One fascinating aspect of the regulation of the transcription lies in the ballet between histones modifiers “readers” and “writers”, both being regulated leading to various physiological output based on the cellular context. This appends complexity to our current limited understanding of gene transcription and its implication in human diseases.

I had great time attending the 2011 edition of the America Association for Cancer research satellite meeting “Molecular Targets and Cancer Therapeutics 2011″ held in San-Francisco. I am very pleased with the overall quality of the meeting and the data presented. It was a fantastic opportunity to expand my background, present our research and connect with various individuals for future collaborative work. Several companies have shown great interest in our work especially regarding our current studies on histone methyl transferase and their specific and selective inhibitors. The poster I presented can be downloaded here (PDF). Below, is the abstract submitted to the meeting.

Background: The nuclear receptor binding SET domain (NSD) protein is a family of three histone-lysine N-methyltransferase (HMTase), NSD1, NSD2/MMSET/WHSC1, and NSD3/WHSC1L1 that are critical in maintaining the chromatin integrity. NSD1 methylates H3K36 and H4K20 and is associated with acute myeloid leukemia, multiple myeloma, and lung cancer. The NSD1-NUP98 translocation plays a significant role in childhood acute myeloid leukemia with NUP98-NSD1 being an active H3K36 methylase. NSD1 is amplified in multiple myeloma, lung cancer, neuroblastomas and glioblastomas. NSD2 methylates H3K36 and is linked to prostate cancer and multiple myeloma. Over expression of NSD2 in myeloma cells leads to aberrantly high levels of H3K36 di-methylation, accompanied by a decrease in H3K27 methylation. NSD2 is found over expressed in fifteen different cancers and is associated with tumor aggressiveness or prognosis in most types of cancers.

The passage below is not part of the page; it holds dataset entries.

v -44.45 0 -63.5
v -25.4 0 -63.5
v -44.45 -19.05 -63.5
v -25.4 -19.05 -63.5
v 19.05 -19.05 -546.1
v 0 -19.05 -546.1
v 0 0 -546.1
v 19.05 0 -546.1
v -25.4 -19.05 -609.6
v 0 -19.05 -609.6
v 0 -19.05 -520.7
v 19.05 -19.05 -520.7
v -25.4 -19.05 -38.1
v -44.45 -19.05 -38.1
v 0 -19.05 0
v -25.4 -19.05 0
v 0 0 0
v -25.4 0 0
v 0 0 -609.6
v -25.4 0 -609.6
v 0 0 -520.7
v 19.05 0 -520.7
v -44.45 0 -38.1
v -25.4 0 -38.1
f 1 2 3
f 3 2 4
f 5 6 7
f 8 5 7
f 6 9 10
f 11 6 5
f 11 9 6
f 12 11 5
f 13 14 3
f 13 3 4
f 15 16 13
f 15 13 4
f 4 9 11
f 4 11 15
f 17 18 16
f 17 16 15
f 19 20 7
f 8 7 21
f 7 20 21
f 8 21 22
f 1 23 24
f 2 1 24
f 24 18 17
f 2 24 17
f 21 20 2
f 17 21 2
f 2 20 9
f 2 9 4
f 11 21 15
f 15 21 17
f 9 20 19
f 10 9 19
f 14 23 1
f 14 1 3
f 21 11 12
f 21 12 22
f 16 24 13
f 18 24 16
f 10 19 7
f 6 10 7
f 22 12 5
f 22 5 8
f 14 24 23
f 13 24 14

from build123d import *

# Parameters (mm, degrees)
F0_W     = 25.4
F0_H     = 609.6
F1_DEPTH = 19.05
F2_W     = 19.05
F2_H     = 25.4
F3_DEPTH = 19.05
F4_W     = 19.05
F4_H     = 25.4
F5_DEPTH = 19.05


with BuildPart() as f1:
    # F0 (on Front) → F1 (new body)
    with BuildSketch(Plane.XZ):
        with Locations((-12.7, -304.8)):
            Rectangle(F0_W, F0_H)
    extrude(amount=F1_DEPTH)

    # F2 (on face) → F3 (join)
    with BuildSketch(Plane(origin=(-25.4, 0, 0), x_dir=(0, -1, 0), z_dir=(-1, 0, 0))):
        with Locations((9.525, -50.8)):
            Rectangle(F2_W, F2_H)
    extrude(amount=F3_DEPTH)

    # F4 (on face) → F5 (join)
    with BuildSketch(Plane.YZ):
        with Locations((-9.525, -533.4)):
            Rectangle(F4_W, F4_H)
    extrude(amount=F5_DEPTH)


solid = f1.part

NSD3 methylates H3K36 and is associated with both lung and breast cancers along with the acute myeloid leukemia. The amplification of either NSD1 or NSD2 triggers the cellular transformation. NSD3 is found amplified in breast cancer cell lines and primary breast carcinomas. Reducing NSDs activity through specific and selective lysine-HMTase inhibitors appears promising to help suppressing cancer growth.

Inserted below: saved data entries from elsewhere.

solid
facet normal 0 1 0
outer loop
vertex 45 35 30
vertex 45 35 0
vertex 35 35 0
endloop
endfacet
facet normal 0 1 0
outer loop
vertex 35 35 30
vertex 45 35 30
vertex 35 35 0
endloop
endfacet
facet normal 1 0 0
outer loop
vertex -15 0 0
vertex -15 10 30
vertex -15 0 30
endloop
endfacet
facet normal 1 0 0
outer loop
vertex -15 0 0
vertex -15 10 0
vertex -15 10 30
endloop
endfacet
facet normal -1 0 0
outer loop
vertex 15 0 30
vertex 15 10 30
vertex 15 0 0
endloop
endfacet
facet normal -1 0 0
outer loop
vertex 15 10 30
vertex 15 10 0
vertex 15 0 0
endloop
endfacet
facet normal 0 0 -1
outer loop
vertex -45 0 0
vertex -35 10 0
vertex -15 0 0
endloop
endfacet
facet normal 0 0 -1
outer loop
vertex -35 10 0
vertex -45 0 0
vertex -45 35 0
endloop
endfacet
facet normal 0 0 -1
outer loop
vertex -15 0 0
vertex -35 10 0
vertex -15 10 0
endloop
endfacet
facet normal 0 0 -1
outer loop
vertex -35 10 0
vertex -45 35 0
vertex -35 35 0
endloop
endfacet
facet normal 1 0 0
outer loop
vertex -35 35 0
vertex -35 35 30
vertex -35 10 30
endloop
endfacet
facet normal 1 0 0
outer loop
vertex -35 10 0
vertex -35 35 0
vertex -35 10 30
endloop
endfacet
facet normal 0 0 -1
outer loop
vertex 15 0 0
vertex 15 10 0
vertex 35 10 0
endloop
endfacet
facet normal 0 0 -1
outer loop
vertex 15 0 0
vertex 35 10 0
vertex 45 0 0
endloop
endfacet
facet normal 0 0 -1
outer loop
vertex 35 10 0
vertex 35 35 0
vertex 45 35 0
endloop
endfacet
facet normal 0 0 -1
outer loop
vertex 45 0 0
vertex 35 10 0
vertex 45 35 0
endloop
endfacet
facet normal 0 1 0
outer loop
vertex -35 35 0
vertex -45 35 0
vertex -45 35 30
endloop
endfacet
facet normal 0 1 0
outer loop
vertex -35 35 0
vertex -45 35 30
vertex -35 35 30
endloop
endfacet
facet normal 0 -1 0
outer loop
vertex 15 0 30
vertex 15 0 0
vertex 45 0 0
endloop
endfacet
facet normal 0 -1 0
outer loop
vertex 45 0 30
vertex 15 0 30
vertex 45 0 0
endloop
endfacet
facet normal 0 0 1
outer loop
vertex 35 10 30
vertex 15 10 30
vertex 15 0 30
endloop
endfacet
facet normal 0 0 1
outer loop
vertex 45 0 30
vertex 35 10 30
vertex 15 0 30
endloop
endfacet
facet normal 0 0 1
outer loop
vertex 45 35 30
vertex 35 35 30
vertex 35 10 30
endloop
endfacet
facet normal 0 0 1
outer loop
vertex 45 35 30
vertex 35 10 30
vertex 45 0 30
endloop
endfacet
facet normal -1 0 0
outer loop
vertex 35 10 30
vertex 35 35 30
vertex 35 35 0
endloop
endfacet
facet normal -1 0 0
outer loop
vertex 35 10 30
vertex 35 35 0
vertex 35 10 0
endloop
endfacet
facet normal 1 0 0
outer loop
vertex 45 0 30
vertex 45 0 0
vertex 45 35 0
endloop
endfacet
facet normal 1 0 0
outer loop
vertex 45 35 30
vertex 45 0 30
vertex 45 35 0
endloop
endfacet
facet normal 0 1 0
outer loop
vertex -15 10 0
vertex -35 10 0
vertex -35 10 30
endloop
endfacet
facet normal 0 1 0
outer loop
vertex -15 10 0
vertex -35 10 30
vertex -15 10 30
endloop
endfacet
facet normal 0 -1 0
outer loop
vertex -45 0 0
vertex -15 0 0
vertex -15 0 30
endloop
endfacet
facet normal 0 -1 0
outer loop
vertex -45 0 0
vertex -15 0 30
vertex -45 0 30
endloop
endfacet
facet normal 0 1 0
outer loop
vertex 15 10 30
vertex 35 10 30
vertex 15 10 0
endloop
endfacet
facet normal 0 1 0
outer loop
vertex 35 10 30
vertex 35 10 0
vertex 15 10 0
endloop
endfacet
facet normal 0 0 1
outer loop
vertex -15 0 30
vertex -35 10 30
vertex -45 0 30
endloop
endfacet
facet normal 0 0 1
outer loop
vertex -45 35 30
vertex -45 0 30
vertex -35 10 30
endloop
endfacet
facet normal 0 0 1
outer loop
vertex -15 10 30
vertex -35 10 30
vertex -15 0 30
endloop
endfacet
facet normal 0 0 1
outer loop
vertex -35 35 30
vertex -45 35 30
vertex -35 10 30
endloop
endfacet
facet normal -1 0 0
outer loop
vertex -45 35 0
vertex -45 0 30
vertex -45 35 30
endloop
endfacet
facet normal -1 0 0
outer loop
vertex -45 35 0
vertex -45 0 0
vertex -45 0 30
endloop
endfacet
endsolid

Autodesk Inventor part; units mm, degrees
ref_plane "YZ Plane" through (0, 0, 0) normal (1, 0, 0) x (0, 1, 0)
ref_plane "XZ Plane" through (0, 0, 0) normal (0, 1, 0) x (-1, 0, 0)
ref_plane "XY Plane" through (0, 0, 0) normal (0, 0, 1) x (1, 0, 0)
sketch "Sketch2" plane through (0, 0, 0) normal (0, 0, 1) x (1, 0, 0)
  line L0 (15, 0) -> (35, 0)
  line L1 (35, 0) -> (35, 10)
  line L2 (35, 10) -> (15, 10)
  line L3 (15, 10) -> (15, 0)
  line L4 (35, 0) -> (45, 0)
  line L5 (45, 0) -> (45, 35)
  line L6 (45, 35) -> (35, 35)
  line L7 (35, 35) -> (35, 0)
  line L8 (0, 0) -> (0, 15.6723)
  line L9 (-15, 0) -> (-35, 0)
  line L10 (-35, 0) -> (-35, 10)
  line L11 (-35, 10) -> (-15, 10)
  line L12 (-15, 10) -> (-15, 0)
  line L13 (-35, 0) -> (-45, 0)
  line L14 (-45, 0) -> (-45, 35)
  line L15 (-45, 35) -> (-35, 35)
  line L16 (-35, 35) -> (-35, 0)
  point P0 (35, 10)
  point P1 (-35, 10)
  dimension "d15" = 15
  dimension "d16" = 10
  dimension "d17" = 20
  dimension "d18" = 10
  dimension "d19" = 35
  dimension "d20" = 35
extrude "Extrusion2" add sketch "Sketch2" along normal blind 30
properties part number "Guide_Basic"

Little is known about the NSD pathways and our understanding of the histone Lysine-HMTase mechanism is partial. The SET domain of NSD1 has specific mechanisms to recognize histone marks unlike other HMTase. The precise catalytic activities of the NSDs are obscure and discrepancies exist hindering progress in understanding their exact biological functions and pathways in cancer pathogenesis. In this study, we explored the in vitro catalytic activities on histone substrates to understand the substrate recognition and to pave the way for the design of selective and specific NSD inhibitors usable in cancer therapies.

Methods: We used both biochemical and computational methods to understand the substrates recognition by the NSDs and to investigate the structural mechanisms happening in the SET domain during the binding of histone tails.

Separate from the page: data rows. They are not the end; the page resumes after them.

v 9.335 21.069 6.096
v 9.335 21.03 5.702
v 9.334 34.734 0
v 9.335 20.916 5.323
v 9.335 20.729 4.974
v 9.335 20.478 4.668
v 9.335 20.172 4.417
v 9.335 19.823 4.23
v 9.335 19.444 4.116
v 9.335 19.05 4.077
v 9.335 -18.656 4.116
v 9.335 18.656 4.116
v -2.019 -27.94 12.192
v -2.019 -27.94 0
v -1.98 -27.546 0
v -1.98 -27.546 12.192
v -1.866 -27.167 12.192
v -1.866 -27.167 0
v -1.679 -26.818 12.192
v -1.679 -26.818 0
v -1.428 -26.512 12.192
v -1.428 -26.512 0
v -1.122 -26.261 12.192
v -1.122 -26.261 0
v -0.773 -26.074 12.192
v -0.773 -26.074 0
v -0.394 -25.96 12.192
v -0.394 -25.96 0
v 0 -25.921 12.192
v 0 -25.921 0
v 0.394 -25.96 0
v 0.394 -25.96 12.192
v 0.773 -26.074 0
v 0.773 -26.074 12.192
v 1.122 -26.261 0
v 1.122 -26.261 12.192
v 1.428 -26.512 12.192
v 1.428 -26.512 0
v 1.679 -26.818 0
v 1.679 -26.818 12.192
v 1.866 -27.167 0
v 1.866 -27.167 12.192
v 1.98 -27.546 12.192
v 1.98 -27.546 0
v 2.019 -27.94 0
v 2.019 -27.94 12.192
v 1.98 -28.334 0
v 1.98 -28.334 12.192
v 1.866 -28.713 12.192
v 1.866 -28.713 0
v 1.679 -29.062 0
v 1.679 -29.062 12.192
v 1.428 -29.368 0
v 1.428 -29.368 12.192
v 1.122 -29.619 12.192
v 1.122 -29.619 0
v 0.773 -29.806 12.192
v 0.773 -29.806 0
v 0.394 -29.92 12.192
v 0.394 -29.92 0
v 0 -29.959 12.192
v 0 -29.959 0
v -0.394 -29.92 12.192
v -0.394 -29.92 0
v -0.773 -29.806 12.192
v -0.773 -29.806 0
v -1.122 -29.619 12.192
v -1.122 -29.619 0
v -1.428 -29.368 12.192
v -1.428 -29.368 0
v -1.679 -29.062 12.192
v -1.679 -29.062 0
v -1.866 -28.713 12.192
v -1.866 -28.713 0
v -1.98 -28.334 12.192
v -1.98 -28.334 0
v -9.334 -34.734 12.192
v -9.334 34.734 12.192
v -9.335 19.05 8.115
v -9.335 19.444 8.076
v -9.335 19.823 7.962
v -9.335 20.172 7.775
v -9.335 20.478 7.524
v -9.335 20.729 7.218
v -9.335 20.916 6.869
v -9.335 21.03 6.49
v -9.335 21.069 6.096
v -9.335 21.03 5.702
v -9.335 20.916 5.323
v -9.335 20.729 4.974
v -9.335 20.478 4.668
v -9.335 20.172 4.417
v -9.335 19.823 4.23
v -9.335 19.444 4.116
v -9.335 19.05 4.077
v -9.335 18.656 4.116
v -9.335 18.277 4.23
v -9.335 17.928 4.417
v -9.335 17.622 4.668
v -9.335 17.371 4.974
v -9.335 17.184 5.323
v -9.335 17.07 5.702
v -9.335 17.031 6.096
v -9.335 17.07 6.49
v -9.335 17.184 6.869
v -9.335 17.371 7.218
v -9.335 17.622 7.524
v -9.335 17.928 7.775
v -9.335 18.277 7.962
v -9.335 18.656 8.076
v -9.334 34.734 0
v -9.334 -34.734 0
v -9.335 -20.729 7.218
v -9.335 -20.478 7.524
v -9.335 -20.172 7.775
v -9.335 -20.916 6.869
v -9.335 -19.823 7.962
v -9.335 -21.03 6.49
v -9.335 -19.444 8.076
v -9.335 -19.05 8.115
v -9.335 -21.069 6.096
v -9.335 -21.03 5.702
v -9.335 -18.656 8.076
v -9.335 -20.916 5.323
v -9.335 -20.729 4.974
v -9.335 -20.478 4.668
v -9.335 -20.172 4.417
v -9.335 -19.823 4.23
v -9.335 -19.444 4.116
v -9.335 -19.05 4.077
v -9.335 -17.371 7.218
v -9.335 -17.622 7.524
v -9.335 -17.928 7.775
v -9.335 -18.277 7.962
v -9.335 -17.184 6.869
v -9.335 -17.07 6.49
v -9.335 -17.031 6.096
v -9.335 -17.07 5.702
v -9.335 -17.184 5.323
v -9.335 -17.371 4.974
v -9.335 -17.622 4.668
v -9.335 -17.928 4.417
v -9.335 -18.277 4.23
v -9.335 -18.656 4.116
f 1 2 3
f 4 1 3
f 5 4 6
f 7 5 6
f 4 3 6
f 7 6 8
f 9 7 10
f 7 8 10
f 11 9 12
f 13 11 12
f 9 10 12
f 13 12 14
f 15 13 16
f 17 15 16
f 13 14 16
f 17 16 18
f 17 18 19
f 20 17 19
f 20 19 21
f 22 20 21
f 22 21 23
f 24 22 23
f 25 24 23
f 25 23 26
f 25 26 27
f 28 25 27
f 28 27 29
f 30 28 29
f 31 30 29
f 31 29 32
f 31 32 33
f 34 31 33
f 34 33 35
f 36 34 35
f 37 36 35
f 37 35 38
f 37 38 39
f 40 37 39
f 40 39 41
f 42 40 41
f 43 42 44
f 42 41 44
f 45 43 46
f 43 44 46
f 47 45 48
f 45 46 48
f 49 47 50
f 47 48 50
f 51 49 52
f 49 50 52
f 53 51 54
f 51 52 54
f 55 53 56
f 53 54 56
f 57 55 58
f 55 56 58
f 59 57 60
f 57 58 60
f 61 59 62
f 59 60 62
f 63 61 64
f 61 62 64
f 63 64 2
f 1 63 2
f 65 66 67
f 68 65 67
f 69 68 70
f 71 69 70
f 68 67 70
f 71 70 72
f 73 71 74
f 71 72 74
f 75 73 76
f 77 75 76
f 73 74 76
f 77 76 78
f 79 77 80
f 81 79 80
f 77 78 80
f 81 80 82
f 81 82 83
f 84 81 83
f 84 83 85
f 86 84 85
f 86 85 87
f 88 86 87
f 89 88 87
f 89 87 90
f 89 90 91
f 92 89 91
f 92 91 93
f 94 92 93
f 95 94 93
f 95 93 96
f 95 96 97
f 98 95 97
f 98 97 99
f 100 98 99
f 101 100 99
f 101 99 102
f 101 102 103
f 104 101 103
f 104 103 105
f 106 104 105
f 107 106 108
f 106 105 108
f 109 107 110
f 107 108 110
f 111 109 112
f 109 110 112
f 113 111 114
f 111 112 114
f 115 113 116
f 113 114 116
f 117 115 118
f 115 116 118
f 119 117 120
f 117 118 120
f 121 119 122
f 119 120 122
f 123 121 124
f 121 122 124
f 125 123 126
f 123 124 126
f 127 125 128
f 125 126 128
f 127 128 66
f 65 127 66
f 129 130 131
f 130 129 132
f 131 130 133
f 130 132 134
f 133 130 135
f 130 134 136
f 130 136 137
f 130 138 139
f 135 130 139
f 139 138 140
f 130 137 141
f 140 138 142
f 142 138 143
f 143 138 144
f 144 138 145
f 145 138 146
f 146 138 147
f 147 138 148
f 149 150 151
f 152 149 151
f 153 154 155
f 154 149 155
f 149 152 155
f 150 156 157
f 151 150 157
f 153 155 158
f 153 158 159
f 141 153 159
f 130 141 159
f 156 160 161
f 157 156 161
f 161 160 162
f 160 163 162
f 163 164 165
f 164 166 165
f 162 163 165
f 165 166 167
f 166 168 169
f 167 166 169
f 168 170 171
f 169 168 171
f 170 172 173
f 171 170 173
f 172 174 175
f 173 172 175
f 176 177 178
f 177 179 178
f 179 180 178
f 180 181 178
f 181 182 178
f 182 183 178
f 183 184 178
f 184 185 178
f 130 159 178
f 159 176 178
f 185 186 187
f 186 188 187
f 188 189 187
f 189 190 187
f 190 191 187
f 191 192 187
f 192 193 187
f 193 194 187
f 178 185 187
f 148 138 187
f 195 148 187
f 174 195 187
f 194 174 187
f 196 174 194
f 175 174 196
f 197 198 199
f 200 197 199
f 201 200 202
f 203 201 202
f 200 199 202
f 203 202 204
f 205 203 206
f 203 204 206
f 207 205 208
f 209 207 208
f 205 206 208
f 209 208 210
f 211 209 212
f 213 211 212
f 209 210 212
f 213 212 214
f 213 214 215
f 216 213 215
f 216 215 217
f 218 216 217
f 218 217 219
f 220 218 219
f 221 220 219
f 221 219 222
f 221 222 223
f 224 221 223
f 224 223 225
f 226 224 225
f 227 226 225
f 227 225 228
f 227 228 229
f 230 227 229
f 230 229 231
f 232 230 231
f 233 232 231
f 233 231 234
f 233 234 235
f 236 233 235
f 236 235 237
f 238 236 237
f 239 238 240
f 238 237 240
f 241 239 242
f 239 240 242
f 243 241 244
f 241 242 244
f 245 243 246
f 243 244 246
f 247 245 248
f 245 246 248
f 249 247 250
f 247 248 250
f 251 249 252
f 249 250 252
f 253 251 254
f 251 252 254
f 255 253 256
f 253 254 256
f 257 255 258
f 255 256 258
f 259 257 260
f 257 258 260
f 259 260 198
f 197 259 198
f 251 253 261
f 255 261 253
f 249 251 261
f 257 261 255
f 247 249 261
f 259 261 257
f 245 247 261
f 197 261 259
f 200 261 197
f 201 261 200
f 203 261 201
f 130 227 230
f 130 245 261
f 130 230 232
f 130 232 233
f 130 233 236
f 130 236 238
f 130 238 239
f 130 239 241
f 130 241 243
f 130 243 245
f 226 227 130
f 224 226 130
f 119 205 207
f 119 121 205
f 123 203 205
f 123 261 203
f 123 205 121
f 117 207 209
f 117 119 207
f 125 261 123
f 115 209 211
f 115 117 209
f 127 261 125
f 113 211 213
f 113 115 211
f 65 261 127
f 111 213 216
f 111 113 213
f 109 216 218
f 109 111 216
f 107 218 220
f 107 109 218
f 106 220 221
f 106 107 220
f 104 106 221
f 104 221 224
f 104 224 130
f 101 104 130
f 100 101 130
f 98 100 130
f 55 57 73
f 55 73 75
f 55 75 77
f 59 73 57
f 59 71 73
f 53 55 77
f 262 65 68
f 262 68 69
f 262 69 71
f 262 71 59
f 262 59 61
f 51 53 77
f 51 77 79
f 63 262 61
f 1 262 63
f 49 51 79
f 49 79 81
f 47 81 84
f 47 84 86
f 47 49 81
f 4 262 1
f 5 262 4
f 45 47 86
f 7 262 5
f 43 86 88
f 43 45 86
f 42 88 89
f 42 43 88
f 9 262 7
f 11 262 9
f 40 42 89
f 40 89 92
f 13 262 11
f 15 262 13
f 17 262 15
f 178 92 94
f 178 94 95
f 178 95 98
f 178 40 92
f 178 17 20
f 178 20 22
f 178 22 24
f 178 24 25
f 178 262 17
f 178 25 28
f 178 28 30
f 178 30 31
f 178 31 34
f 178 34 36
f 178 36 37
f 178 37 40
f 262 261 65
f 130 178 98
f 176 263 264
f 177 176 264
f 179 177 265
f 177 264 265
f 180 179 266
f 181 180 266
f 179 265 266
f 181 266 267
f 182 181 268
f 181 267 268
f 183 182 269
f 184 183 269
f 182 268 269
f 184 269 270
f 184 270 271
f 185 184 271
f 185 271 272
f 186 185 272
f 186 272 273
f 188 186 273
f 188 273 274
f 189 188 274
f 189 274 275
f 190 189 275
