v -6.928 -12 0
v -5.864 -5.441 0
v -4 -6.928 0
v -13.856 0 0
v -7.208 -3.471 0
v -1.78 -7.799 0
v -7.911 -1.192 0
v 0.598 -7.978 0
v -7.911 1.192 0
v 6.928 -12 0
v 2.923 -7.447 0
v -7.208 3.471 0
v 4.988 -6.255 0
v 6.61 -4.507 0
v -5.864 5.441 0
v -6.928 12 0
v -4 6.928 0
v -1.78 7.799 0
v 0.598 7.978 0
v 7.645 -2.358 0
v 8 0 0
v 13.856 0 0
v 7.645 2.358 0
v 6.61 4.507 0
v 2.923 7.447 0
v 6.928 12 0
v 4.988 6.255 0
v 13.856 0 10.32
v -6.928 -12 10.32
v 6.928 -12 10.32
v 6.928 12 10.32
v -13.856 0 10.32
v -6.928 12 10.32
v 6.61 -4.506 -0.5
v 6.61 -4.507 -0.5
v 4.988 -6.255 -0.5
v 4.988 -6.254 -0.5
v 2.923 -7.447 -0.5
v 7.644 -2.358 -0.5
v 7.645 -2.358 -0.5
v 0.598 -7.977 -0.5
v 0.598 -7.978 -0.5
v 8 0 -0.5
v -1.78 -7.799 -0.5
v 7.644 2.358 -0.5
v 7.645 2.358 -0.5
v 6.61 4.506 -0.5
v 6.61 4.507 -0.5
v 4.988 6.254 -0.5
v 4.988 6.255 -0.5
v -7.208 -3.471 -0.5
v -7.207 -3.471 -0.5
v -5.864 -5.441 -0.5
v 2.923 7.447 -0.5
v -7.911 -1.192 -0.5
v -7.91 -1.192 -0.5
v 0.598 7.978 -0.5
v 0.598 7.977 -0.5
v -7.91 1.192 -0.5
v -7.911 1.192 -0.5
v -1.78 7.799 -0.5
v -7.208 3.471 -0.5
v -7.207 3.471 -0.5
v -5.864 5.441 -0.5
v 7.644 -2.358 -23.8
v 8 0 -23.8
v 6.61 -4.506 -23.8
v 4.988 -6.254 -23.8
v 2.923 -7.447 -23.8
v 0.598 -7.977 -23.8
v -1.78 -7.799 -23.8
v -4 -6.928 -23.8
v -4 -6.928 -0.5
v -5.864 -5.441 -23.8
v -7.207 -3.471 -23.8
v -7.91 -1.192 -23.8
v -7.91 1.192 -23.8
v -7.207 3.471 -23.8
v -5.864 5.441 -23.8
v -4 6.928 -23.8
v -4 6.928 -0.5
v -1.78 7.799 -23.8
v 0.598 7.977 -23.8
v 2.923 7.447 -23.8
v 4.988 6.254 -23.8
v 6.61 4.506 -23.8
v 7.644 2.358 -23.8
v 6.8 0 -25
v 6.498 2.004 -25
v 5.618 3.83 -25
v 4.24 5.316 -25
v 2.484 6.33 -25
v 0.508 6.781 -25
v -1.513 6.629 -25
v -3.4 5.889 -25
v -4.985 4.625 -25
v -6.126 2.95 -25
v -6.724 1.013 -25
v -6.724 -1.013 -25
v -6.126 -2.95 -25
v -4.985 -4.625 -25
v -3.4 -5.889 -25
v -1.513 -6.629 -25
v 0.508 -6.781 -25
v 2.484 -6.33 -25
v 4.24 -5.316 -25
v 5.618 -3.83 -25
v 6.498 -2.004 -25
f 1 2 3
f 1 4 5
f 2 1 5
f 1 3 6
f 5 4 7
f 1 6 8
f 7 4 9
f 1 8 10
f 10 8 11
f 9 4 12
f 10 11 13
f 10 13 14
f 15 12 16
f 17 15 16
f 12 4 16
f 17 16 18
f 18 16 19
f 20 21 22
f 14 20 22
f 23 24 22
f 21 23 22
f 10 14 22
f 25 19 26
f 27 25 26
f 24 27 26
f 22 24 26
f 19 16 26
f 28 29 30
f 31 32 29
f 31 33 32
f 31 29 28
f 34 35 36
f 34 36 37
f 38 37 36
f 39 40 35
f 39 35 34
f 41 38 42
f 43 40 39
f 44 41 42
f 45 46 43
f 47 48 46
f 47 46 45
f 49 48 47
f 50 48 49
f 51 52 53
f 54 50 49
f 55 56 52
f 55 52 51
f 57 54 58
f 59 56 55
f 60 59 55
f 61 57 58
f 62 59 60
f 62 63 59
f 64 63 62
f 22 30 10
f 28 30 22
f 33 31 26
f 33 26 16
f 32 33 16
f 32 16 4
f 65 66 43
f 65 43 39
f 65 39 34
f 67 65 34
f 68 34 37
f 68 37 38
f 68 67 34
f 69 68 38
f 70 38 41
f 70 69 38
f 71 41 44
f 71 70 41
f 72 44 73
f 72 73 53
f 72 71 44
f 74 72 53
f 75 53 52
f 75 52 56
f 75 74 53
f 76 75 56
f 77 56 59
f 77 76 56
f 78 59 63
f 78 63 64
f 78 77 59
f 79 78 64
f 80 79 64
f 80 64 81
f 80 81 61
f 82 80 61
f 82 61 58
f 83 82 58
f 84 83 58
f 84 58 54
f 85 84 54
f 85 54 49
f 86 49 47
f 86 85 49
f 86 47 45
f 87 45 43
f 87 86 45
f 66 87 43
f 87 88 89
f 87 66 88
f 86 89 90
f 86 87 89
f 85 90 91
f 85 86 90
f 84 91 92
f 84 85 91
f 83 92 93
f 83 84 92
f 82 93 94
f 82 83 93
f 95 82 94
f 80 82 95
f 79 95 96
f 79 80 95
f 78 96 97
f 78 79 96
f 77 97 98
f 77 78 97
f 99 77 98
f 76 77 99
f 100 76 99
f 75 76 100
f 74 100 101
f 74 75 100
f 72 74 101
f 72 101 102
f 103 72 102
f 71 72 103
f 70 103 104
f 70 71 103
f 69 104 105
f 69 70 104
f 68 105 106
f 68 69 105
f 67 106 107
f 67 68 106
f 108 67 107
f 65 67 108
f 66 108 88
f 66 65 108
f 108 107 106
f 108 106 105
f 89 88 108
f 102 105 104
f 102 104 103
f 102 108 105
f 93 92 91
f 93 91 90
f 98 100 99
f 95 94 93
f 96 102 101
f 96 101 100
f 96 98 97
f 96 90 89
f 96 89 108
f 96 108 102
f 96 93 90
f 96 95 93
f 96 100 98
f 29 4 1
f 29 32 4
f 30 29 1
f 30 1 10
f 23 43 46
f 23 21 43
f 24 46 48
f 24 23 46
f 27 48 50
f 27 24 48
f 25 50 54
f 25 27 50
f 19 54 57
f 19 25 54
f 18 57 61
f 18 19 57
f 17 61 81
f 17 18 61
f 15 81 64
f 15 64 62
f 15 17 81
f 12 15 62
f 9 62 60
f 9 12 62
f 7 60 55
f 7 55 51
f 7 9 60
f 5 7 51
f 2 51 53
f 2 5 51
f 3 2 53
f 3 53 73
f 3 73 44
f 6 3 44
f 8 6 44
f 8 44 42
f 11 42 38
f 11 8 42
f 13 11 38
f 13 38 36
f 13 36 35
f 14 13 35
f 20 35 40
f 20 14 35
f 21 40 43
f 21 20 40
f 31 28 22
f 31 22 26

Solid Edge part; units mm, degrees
sketch "Sketch1" plane through (0, 0, 0) normal (0, 0, 1) x (1, 0, 0)
  circle A0 centre (0, 0) radius 13.92
  dimension "D1" = 27.84
extrude "Protrusion1" add sketch "Sketch1" along normal blind 10.32
sketch "Sketch2" plane through (0, 0, 0) normal (0, 0, -1) x (1, 0, 0)
  circle A0 centre (0, 0) radius 8
extrude "Protrusion2" add sketch "Sketch2" along normal blind 25
sketch "Sketch3" plane through (0, 0, -25) normal (0, 0, -1) x (1, 0, 0)
  circle A0 centre (0, 0) radius 7.9997
extrude "Cutout1" cut sketch "Sketch3" against normal blind 24.5 flip side to cut
chamfer "Chamfer_1" distance 1.2 angle 45 1 edges at (-7.9997, 0, -25)
sketch "Sketch4" plane through (0, 0, 10.32) normal (0, 0, 1) x (1, 0, 0)
  line L0 (-7.0545, 12) -> (7.0545, 12)
  dimension "D1" = 24
extrude "Cutout2" cut sketch "Sketch4" against normal up to next material side at (0, 12.05, 10.32)
pattern_circular "Pattern1" count 6 over 360 about axis through (0, 0, 10.32) along (0, 0, 1) of "Cutout2"
properties part number "118416" material "Stainless Steel, 304"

Results: A key regulatory and a recognition mechanism is driven by the flexibility of a loop at the interface of the SET and postSET region who rotates ~45° and translated 7Å opening the SET domain for the binding of the peptide ligand. This regulatory loop acts as a seat belt for the ligand and contributes to the discrimination and the substrate specificity. In vitro, The SET domain of the NSDs favor H3 recognition and are able to methylate a range of substrate. To reconcile with the in vivo activities previously reported on H3K36 and H4K20, we propose a cross-talk mechanism controlling the substrate recognition.